Sending them a CTRL-C:

$ docker attach ad7dfd16fe54
^C[2024-06-24 06:49:43,950: INFO] received exit signal (Interrupt), shutting down…
[2024-06-24 06:49:43,950: INFO] Stopping all containers and actions
[2024-06-24 06:49:43,950: INFO] Stopping and removing monitor
[2024-06-24 06:49:43,950: INFO] Stopping and removing dnscache
[2024-06-24 06:49:44,314: INFO] Stopping and removing scraper
[2024-06-24 06:49:44,554: INFO] Stopping and removing log_uploader
[2024-06-24 06:49:44,554: INFO] Stopping and removing artifacts_uploader
[2024-06-24 06:49:44,554: INFO] Stopping and removing uploader
[2024-06-24 06:49:44,554: INFO] Stopping and removing checker
[2024-06-24 06:49:44,554: INFO] Removing task workdir /data
[2024-06-24 06:49:44,554: WARNING] ZIM files exists. removing anyway: [('ted_mul_activism_2024-06.zim', '4.66 GiB')]
[2024-06-24 06:49:44,556: INFO] Updating task-status=canceled
$ docker attach 4aed9b3cd658
^C[2024-06-24 06:50:52,176: INFO] received exit signal (Interrupt), shutting down…
[2024-06-24 06:50:52,176: INFO] Stopping all containers and actions
[2024-06-24 06:50:52,176: INFO] Stopping and removing monitor
[2024-06-24 06:50:52,176: INFO] Stopping and removing dnscache
[2024-06-24 06:50:52,530: INFO] Stopping and removing scraper
[2024-06-24 06:50:52,756: INFO] Stopping and removing log_uploader
[2024-06-24 06:50:52,756: INFO] Stopping and removing artifacts_uploader
[2024-06-24 06:50:52,756: INFO] Stopping and removing uploader
[2024-06-24 06:50:52,756: INFO] Stopping and removing checker
[2024-06-24 06:50:52,756: INFO] Removing task workdir /data
[2024-06-24 06:50:52,764: INFO] Updating task-status=canceled
benoit74 commented 2 months ago

So clearly it looks like we have a concern on the task manager which is not detecting that scraper container has finished / stopped (or not checking anymore maybe ...)
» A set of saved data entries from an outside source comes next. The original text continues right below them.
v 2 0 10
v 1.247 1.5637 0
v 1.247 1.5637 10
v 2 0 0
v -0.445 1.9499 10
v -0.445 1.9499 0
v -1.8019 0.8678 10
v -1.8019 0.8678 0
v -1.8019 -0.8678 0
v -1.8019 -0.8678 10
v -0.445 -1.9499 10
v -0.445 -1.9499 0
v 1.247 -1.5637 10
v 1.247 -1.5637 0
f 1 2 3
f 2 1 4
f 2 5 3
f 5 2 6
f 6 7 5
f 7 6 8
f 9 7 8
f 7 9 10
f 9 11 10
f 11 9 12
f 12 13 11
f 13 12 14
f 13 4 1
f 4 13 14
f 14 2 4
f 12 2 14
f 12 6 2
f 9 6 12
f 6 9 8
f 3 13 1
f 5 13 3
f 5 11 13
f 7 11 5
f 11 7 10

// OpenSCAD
// Unit of length: Unit.MM
cylinder(h = 10.0, r = 2.0, center = false);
rgaudin commented 2 months ago

Thank you @kevinmcmurtrie ; next time please include the inspect output (at least the State part).

Task manager queries docker API for scraper container status and condiders the following as running:

https://github.com/openzim/zimfarm/blob/dc4a00fa00c0106ee576e00c7a6ed145f15ac464/workers/app/common/docker.py#L39

I'd wait for another occurrence (with the status clue) before taking action

benoit74 commented 2 months ago

Thank you @rgaudin for the wise input!